◆ TO DO ◆
Say how many lines of the entries below include "Locations", giving nothing but that number.

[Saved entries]
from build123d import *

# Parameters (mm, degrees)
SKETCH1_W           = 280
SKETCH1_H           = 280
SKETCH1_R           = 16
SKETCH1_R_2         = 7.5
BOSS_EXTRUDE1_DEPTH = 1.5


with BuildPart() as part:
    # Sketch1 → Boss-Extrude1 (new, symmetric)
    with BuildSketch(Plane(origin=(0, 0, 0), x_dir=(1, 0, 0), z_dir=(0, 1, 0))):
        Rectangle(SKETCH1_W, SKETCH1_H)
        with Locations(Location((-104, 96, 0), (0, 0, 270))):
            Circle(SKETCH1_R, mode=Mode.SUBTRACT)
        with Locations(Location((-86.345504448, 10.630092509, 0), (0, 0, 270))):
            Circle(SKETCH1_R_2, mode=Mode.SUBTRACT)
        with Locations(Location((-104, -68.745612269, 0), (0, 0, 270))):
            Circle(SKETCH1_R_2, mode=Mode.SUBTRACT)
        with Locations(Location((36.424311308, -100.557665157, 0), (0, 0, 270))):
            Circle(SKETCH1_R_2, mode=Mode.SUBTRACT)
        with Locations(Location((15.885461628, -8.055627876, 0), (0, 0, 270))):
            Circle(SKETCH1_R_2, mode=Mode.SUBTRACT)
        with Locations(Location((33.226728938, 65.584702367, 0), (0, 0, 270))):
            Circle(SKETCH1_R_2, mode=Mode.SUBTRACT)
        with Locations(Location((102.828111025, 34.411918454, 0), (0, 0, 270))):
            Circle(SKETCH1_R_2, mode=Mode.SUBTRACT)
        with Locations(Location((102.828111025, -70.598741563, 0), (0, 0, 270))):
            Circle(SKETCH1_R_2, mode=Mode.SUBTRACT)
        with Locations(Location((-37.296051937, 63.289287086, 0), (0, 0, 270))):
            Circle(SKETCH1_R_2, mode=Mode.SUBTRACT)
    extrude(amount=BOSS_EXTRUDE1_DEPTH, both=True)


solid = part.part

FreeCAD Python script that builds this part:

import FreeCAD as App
import Part
import Sketcher


def add_polygon(sketch, points):
    """Adds a closed chain of lines whose ends are joined by coincident constraints."""
    first, n = sketch.GeometryCount, len(points)
    for a, b in zip(points, points[1:] + points[:1]):
        sketch.addGeometry(Part.LineSegment(App.Vector(*a, 0), App.Vector(*b, 0)), False)
    for i in range(n):
        sketch.addConstraint(Sketcher.Constraint("Coincident", first + i, 2, first + (i + 1) % n, 1))

doc = App.newDocument("Part")
body = doc.addObject("PartDesign::Body", "Body")

sketch1 = body.newObject("Sketcher::SketchObject", "Sketch")
sketch1.AttachmentSupport = (doc.getObject("XZ_Plane"), [""])
sketch1.MapMode = "FlatFace"
add_polygon(sketch1, [(-140, -140), (-140, 140), (140, 140), (140, -140)])
sketch1.addGeometry(Part.Circle(App.Vector(-104, 69, 0), App.Vector(0, 0, 1), 8), False)
sketch1.addGeometry(Part.Circle(App.Vector(36, 101, 0), App.Vector(0, 0, 1), 8), False)
sketch1.addGeometry(Part.Circle(App.Vector(103, 71, 0), App.Vector(0, 0, 1), 8), False)
sketch1.addGeometry(Part.Circle(App.Vector(16, 8, 0), App.Vector(0, 0, 1), 8), False)
sketch1.addGeometry(Part.Circle(App.Vector(-86, -11, 0), App.Vector(0, 0, 1), 8), False)
sketch1.addGeometry(Part.Circle(App.Vector(-104, -96, 0), App.Vector(0, 0, 1), 16), False)
sketch1.addGeometry(Part.Circle(App.Vector(-37, -63, 0), App.Vector(0, 0, 1), 8), False)
sketch1.addGeometry(Part.Circle(App.Vector(103, -34, 0), App.Vector(0, 0, 1), 8), False)
sketch1.addGeometry(Part.Circle(App.Vector(33, -66, 0), App.Vector(0, 0, 1), 8), False)
sketch1.addConstraint([
    Sketcher.Constraint("Vertical", 0),
    Sketcher.Constraint("Horizontal", 1),
    Sketcher.Constraint("Vertical", 2),
    Sketcher.Constraint("Horizontal", 3),
    Sketcher.Constraint("Equal", 4, 5),
    Sketcher.Constraint("Equal", 5, 6),
    Sketcher.Constraint("Equal", 6, 7),
    Sketcher.Constraint("Equal", 7, 8),
    Sketcher.Constraint("Equal", 8, 10),
    Sketcher.Constraint("Equal", 10, 11),
    Sketcher.Constraint("Equal", 11, 12),
    Sketcher.Constraint("Symmetric", 0, 2, 2, 2, -1, 1),
    Sketcher.Constraint("Vertical", 4, 3, 9, 3),
    Sketcher.Constraint("Vertical", 6, 3, 11, 3),
    Sketcher.Constraint("Equal", 3, 0),
    Sketcher.Constraint("Diameter", 4, 15.0),
    Sketcher.Constraint("Diameter", 9, 32.0),
    Sketcher.Constraint("DistanceX", 1, 1, 1, 2, 280.0),
    Sketcher.Constraint("DistanceX", 4, 3, -1, 1, 104.0),
    Sketcher.Constraint("DistanceY", 9, 3, -1, 1, 96.0),
    Sketcher.Constraint("DistanceX", 5, 3, 6, 3, 66.4038),
    Sketcher.Constraint("DistanceY", 10, 3, 4, 3, 132.034899),
    Sketcher.Constraint("DistanceX", -1, 1, 5, 3, 36.424311),
    Sketcher.Constraint("DistanceY", -1, 1, 6, 3, 70.598742),
    Sketcher.Constraint("DistanceX", -1, 1, 7, 3, 15.885462),
    Sketcher.Constraint("DistanceX", 10, 3, -1, 1, 37.296052),
    Sketcher.Constraint("DistanceY", 11, 3, -1, 1, 34.411918),
    Sketcher.Constraint("DistanceX", -1, 1, 12, 3, 33.226729),
    Sketcher.Constraint("DistanceY", 4, 3, 6, 3, 1.853129),
    Sketcher.Constraint("DistanceY", 8, 3, 7, 3, 18.68572),
    Sketcher.Constraint("DistanceY", 12, 3, 7, 3, 73.64033),
    Sketcher.Constraint("DistanceY", -1, 1, 5, 3, 100.557665),
    Sketcher.Constraint("DistanceY", -1, 1, 7, 3, 8.055628),
    Sketcher.Constraint("DistanceX", 8, 3, -1, 1, 86.345504),
])
pad1 = body.newObject("PartDesign::Pad", "Pad")
pad1.Profile = sketch1
pad1.Length = 3
pad1.Midplane = True

doc.recompute()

◆ SOLUTION ◆
9